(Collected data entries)
------------------------------------------------------------------------

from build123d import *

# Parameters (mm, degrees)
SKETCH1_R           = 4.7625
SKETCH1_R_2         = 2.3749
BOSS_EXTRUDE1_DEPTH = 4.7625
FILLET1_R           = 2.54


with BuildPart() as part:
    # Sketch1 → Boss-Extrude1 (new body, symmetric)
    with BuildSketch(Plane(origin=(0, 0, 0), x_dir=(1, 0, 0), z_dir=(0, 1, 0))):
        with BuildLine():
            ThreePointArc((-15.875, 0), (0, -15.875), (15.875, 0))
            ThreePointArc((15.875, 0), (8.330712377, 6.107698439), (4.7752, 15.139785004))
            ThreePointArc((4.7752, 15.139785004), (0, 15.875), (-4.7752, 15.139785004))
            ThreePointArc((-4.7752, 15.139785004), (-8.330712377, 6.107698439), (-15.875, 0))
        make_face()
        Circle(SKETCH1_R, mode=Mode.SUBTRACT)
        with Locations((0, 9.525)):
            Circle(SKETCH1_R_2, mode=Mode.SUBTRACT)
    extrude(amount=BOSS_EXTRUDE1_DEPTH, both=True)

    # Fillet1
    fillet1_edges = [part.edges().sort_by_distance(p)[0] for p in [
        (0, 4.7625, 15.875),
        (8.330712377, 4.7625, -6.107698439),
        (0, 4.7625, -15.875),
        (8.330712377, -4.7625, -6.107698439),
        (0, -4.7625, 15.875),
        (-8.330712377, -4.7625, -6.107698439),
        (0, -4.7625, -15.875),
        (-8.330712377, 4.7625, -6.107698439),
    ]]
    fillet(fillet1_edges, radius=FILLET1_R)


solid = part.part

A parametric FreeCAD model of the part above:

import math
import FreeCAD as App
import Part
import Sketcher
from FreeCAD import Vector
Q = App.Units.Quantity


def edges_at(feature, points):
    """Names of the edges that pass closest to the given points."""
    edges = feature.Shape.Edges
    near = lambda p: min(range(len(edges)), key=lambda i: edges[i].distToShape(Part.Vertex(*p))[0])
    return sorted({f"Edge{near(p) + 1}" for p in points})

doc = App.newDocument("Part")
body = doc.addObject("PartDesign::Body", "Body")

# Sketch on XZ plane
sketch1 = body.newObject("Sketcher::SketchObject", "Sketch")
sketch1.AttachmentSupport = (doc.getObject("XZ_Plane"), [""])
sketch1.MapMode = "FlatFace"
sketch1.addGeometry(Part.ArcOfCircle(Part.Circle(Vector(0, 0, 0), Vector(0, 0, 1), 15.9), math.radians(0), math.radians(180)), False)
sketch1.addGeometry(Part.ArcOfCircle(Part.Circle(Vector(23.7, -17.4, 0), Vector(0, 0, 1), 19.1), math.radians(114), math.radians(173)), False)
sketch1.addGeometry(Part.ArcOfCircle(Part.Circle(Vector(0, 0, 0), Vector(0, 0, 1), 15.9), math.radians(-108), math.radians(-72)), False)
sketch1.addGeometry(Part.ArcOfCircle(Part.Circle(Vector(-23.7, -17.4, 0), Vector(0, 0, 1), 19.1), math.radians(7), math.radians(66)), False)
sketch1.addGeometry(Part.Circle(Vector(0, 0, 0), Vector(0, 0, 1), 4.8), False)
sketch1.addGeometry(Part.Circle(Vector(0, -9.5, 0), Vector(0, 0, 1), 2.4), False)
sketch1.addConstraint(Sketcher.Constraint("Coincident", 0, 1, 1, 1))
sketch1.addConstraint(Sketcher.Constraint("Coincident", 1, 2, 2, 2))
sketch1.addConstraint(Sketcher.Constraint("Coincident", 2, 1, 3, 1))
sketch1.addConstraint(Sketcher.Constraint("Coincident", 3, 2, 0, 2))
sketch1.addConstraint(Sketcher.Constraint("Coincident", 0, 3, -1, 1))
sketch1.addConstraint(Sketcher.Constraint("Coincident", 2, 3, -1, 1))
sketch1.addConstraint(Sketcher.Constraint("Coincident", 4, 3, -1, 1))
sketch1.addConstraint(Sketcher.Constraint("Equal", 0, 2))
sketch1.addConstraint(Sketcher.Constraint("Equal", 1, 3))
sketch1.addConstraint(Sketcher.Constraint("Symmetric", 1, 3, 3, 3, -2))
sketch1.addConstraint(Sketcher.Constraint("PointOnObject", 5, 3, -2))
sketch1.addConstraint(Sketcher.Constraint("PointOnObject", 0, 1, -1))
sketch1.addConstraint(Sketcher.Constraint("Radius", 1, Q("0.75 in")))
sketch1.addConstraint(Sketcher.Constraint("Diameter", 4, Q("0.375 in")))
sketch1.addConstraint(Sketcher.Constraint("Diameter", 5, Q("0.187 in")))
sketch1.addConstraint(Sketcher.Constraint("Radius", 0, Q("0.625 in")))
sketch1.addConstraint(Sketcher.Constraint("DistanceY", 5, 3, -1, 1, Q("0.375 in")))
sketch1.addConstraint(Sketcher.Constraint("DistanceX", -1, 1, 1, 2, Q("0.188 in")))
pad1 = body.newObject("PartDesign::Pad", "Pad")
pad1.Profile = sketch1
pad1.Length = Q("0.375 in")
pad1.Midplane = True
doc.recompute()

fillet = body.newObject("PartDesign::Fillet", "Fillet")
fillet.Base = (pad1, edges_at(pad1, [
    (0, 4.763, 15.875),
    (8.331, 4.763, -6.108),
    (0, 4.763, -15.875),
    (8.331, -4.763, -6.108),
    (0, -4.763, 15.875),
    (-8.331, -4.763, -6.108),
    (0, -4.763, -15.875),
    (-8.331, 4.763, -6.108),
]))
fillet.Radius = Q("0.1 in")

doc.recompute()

------------------------------------------------------------------------

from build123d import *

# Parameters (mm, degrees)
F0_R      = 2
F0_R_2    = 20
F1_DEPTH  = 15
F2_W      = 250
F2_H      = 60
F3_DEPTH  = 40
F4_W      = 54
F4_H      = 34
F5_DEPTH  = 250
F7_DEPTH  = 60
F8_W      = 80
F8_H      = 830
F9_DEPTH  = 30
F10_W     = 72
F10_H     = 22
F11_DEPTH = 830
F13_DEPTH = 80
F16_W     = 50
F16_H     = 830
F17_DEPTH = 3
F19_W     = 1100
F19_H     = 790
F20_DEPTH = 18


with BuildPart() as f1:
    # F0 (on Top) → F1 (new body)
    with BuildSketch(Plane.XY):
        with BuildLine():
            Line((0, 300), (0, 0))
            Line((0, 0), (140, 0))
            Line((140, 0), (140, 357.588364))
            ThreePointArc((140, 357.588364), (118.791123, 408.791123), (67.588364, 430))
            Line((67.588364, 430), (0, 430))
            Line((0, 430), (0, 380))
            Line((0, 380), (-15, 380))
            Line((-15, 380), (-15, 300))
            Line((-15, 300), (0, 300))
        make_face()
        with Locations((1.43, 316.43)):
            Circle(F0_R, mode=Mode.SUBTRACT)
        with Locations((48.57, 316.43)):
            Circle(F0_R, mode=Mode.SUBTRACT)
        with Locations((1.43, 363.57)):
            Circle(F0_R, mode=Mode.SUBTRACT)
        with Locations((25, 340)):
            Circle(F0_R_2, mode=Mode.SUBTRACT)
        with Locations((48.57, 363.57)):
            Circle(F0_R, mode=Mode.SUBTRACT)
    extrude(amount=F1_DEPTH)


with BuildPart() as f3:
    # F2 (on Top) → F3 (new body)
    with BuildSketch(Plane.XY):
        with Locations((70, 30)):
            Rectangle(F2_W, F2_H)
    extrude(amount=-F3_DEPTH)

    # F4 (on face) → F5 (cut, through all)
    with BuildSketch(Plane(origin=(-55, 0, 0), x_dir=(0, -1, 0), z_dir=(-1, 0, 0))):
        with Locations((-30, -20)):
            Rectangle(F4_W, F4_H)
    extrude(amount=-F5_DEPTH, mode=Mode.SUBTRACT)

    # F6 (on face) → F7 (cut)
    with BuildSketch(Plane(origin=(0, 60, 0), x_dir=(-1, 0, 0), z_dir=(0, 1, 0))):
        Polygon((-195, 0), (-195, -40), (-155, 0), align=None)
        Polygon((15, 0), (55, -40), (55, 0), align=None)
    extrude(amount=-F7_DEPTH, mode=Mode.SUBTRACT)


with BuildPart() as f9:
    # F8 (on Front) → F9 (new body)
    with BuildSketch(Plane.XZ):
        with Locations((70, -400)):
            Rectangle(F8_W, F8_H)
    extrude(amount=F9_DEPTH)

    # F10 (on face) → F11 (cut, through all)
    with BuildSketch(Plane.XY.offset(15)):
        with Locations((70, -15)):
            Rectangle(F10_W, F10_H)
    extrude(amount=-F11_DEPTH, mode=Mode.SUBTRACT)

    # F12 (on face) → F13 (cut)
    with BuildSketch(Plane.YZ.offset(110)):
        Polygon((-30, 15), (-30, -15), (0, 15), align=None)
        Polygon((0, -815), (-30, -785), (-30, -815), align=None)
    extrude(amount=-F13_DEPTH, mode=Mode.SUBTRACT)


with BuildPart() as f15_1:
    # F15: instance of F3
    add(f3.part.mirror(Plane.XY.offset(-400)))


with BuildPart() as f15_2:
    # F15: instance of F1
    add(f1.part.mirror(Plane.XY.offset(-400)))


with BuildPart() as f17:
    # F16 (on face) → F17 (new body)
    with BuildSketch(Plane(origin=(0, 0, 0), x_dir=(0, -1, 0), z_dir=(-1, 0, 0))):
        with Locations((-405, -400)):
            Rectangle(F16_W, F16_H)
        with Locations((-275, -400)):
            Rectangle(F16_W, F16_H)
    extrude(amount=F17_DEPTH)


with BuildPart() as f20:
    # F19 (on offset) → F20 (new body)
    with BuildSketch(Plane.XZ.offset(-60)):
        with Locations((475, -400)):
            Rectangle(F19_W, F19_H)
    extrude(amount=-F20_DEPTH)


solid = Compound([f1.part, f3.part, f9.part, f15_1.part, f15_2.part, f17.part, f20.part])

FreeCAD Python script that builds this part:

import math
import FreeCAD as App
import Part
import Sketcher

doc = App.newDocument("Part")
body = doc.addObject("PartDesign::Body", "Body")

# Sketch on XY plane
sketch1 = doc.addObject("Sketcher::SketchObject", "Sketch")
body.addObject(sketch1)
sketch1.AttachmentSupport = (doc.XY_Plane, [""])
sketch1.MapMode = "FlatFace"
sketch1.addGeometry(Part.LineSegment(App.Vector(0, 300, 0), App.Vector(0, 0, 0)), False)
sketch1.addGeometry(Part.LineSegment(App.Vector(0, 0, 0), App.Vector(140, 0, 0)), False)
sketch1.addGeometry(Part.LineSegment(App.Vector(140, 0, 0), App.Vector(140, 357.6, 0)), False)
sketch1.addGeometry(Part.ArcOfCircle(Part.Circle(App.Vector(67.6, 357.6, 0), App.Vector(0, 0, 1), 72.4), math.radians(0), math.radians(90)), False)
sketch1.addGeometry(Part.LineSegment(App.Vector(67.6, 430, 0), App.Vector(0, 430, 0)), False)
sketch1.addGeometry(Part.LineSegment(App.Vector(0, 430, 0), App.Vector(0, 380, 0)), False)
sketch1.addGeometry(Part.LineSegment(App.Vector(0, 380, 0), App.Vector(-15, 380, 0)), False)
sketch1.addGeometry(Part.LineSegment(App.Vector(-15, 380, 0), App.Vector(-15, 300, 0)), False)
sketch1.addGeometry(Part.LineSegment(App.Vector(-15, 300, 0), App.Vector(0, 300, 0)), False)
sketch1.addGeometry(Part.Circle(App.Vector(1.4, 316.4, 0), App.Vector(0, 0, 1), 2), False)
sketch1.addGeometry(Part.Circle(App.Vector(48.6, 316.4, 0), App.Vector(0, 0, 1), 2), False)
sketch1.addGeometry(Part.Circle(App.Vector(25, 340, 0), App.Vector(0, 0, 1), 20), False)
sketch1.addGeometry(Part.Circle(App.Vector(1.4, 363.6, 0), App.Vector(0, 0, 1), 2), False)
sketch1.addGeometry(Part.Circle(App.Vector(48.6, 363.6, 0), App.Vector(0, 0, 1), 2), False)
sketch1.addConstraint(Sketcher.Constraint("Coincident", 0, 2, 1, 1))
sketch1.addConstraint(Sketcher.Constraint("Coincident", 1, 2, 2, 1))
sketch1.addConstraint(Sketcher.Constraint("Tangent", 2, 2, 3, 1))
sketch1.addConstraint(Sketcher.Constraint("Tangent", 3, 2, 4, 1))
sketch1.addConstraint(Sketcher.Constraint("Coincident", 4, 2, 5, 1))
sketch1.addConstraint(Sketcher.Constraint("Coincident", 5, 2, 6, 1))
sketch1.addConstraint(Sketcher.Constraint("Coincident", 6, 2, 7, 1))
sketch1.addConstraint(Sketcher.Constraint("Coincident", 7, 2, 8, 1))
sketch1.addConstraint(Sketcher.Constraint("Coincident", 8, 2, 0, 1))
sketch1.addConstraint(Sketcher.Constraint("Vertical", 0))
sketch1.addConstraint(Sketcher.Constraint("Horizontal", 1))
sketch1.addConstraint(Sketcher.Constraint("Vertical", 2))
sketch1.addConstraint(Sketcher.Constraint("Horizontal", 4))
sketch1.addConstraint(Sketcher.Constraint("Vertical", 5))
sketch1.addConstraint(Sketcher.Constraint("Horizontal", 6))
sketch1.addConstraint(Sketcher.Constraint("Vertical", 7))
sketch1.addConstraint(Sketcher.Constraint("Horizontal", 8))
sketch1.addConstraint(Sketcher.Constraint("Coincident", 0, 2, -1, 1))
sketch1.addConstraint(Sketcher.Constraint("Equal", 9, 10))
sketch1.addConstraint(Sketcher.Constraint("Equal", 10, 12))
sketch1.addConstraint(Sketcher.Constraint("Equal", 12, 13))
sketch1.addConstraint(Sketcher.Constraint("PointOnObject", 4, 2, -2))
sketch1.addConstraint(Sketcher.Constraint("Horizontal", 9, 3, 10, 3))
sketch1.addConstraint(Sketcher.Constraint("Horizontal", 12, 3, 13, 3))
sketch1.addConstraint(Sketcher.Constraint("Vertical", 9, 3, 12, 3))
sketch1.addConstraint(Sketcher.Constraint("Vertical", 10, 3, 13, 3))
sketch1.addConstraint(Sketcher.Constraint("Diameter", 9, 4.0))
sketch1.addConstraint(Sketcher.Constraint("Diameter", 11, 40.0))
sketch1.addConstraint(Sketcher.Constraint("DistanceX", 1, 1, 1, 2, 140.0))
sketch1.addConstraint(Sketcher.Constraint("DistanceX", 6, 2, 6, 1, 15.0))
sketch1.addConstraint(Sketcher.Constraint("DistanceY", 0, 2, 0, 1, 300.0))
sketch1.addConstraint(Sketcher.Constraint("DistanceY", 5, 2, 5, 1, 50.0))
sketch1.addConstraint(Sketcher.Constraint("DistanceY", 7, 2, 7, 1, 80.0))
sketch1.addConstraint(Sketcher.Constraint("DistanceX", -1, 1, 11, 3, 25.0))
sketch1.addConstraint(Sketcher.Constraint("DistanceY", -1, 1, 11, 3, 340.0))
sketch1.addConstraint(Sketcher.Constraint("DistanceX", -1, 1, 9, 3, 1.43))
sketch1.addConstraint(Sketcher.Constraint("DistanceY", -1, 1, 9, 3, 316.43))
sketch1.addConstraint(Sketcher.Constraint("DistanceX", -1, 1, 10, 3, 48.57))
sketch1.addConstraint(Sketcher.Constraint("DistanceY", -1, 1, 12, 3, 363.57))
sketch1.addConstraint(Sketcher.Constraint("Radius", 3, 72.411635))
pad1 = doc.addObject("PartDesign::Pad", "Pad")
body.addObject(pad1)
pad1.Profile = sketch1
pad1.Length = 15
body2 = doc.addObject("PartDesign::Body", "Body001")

------------------------------------------------------------------------

Your answer must be the lines above from the one containing "fillet1_edges = [part.edges().sort_by_distance(p)[0]" to the one containing "solid = part.part", both included, restated word for word.

■ **RESPONSE TO THIS TASK**:
    fillet1_edges = [part.edges().sort_by_distance(p)[0] for p in [
        (0, 4.7625, 15.875),
        (8.330712377, 4.7625, -6.107698439),
        (0, 4.7625, -15.875),
        (8.330712377, -4.7625, -6.107698439),
        (0, -4.7625, 15.875),
        (-8.330712377, -4.7625, -6.107698439),
        (0, -4.7625, -15.875),
        (-8.330712377, 4.7625, -6.107698439),
    ]]
    fillet(fillet1_edges, radius=FILLET1_R)


solid = part.part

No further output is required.